Among the various image fusion or pan-sharpening methods, those wavelet-based methods provide superior radiometric quality. However, the fusion processing is not only simple but also flexible, since many low- and high-frequency sub-bands are often produced in the wavelet domain. To address this issue, a novel DT-CWT (Dual-Tree Complex Wavelet Transform) proportional to the fusion method by a WZP (Wavelet Zero-Padding) is proposed. The proposed method produces a single high-frequency image in the spatial domain that is injected into the LRM (Low-Resolution Multispectral) image. Thus, a wavelet domain fusion can be simplified to spatial domain fusion. In addition, in the proposed DT-CWTP (DT-CWT Proportional) fusion method, it is unnecessary to decompose the LRM image by adopting WZP. The comparison indicates that the proposed fusion method is nearly five times faster than the DT-CWT with SW (Substitute-Wavelet) fusion method, meanwhile simultaneously maintaining the radiometric quality. The conducted experiments with WorldView-2 satellite images demonstrated promising results with the computation efficiency and fused image quality.

Keywords

1. Introduction

The satellite sensors typically supply LRM image and HRP (High-Resolution Panchromatic) image separately because of physical and technological constraints (Thomas et al., 2008; Wang et al., 2005); which of that implies that the design of the HRM (High-Resolution Multispectral) sensor is limited (Kim et al., 2011a; Zhang, 2004). Those constraints on the signal-to-noise ratio impose with the lower spatial resolution, but the desired spectral resolution is larger. Conversely, if and only if the highest spatial resolution is obtained whenever no spectral diversity is required (Chen, 2012), the image fusion or the pan-sharpening aims to improve the geometric information of the original LRM image. However, we cannot obtain an ideal HRM image due to the abovementioned limitation (Choi et al., 2013; Wang et al., 2005). Thus, to use an HRM image in various geospatial fields, an image fusion is a requisite with the efficient method in remote sensing.

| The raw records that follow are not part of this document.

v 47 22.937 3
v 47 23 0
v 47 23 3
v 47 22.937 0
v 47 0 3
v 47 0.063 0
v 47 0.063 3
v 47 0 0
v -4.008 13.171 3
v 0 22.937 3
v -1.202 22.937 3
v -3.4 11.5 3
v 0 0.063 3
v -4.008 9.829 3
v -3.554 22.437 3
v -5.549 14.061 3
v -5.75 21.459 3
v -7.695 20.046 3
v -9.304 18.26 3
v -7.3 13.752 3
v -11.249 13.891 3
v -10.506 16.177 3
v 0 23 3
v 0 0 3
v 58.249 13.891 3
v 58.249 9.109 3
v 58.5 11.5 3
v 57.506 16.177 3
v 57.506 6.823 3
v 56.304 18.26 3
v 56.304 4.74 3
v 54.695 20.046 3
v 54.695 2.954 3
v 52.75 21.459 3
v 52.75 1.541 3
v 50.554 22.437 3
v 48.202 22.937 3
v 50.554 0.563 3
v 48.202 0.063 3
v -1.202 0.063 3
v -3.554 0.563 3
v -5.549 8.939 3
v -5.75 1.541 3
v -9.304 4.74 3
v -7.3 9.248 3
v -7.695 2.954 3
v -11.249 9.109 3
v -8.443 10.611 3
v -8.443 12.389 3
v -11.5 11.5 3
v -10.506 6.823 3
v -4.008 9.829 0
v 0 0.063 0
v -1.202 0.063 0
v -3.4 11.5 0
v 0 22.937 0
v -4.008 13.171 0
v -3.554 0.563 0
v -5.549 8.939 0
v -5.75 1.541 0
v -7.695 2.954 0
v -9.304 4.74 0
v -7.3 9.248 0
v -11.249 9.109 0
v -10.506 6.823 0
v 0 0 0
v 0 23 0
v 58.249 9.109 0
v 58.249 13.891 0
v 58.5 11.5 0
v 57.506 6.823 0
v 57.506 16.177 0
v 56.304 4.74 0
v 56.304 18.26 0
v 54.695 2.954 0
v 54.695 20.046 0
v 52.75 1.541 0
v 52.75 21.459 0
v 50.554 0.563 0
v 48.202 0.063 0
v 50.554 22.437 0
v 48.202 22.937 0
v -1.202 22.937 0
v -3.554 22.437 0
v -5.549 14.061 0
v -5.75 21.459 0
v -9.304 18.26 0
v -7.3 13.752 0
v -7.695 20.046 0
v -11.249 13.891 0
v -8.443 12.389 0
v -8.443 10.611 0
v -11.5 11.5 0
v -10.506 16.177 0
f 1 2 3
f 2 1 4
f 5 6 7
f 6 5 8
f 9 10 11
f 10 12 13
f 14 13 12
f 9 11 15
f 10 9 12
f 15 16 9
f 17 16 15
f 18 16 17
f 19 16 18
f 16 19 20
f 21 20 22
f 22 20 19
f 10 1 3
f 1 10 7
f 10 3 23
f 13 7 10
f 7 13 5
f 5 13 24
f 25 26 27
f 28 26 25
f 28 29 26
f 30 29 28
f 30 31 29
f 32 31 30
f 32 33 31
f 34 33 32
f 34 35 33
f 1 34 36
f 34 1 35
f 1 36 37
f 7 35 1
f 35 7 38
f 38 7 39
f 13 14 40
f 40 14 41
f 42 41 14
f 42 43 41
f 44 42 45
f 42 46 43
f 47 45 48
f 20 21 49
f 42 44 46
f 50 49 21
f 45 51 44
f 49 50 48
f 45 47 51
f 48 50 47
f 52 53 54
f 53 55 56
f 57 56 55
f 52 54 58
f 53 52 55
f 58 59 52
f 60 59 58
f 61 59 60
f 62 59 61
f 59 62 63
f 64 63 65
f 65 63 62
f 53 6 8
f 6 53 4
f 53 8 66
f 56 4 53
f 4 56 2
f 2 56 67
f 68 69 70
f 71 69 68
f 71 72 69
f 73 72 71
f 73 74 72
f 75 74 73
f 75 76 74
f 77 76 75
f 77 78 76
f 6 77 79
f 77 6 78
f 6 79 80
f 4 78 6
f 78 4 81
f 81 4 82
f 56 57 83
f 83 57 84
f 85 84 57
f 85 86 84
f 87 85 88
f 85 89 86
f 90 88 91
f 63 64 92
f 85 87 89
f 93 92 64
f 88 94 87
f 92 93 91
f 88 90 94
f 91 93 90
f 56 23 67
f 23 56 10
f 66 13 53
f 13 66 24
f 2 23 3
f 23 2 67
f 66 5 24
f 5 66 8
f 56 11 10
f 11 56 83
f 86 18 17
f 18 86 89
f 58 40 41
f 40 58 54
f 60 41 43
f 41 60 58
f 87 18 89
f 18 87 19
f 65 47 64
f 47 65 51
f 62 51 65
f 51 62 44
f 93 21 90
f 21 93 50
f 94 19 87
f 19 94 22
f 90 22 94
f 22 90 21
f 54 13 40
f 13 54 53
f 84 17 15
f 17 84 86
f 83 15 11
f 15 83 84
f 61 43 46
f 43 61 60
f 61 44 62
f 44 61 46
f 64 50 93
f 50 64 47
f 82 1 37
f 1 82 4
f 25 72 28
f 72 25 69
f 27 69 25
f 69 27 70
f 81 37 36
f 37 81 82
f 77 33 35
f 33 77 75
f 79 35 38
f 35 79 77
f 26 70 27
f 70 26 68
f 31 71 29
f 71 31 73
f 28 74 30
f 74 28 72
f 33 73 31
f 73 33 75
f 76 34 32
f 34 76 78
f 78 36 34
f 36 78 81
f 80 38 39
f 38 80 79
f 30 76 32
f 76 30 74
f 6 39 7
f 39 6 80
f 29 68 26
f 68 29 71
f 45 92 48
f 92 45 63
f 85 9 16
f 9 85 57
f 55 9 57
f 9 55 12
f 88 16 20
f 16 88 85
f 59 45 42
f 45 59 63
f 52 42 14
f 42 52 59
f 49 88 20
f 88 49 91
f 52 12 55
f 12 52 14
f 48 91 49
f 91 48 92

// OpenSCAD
logo = "sever-45.png"; 
logo_x = 425; 
logo_y = 120; 

tolerance = 0.2;
left_keychain_hole_size = 5;
right_keychain_hole_size = 0;
keychain_hole_size = 5;
size_x = 70; 
size_y = 23;
size_z = 3;
x_gap = 3;
y_gap = 3;

function GetLeftGap() = left_keychain_hole_size > 0 ? left_keychain_hole_size + x_gap * 2 : x_gap;
function GetRightGap() = right_keychain_hole_size > 0 ? right_keychain_hole_size + x_gap * 2 : x_gap;

cube_size_x = size_x - size_y;
left_gap = GetLeftGap();
right_gap = GetRightGap();
image_size_x = size_x - left_gap - right_gap;
image_size_y = image_size_x / logo_x * logo_y;

difference()
{
    union()
    {
        cube([cube_size_x, size_y, size_z]);
        translate([0, size_y / 2, 0]) 
            cylinder(h = size_z, r = size_y / 2);
        translate([cube_size_x, size_y / 2, 0]) 
            cylinder(h = size_z, r = size_y / 2);
    }
    translate([left_gap - size_y / 2 , (size_y - image_size_y) / 2 + y_gap, size_z]) 
        scale([image_size_x / logo_x, (image_size_y - y_gap * 2) / logo_y, size_z / 100]) 
        surface(file = logo, invert = true); 
    if (left_keychain_hole_size > 0)
    {
        translate([0 - size_y / 2 + 3 + left_keychain_hole_size / 2, size_y / 2, 0])
            cylinder(h = size_z, r = (left_keychain_hole_size + tolerance) / 2);
    }
    if (right_keychain_hole_size > 0)
    {
        translate([cube_size_x + size_y / 2 - 3 - right_keychain_hole_size / 2, size_y / 2, 0]) 
            cylinder(h = size_z, r = (right_keychain_hole_size + tolerance) / 2);
    }
}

Among the many image fusion methods that are currently available, the DWT (Discrete Wavelet Transform) methods provide superior fused images that maintain the radiometric information of the LRM image better than CS (Component-Substitution) fusion methods, such as the intensity-hue-saturation transform and principal component analysis (Wang et al., 2005). Although the DWT-based methods are spectrally consistent, there are two problems; firstly, DWT is a shift-variant, and exhibits artifacts due to the aliasing in fused image (Ioannidou and Karathanassi, 2007; Thomas et al., 2008); secondly, these fusion methods have a high computation cost and complexity compared with CS fusion methods (Pradhan et al., 2006). In particular, the latest satellite sensors for Earth observation are currently producing a nearly continual stream data. The explosion in the amount of collected information has required the development of computationally efficient techniques for transforming the massive amount of remote sensing data into scientific understanding.

The first problem can be overcome by the DT-CWT, which is nearly shift-invariant and directionally selective in two or more dimensions of making these methods particularly suitable for image fusion (Ioannidou and Karathanassi, 2007; Selesnick et al., 2005). In a practice, the second problem results in additional computational power and a longer wait time for the fused imagery. Thus, to address this issue, this paper proposes the DT-CWTP fusion method to solve the second problem - i.e., the high computation cost and complexity of the fusion method. In other words, the aim of the study is to present a fusion technique enabling an easier implementation of improved wavelet-based image fusion.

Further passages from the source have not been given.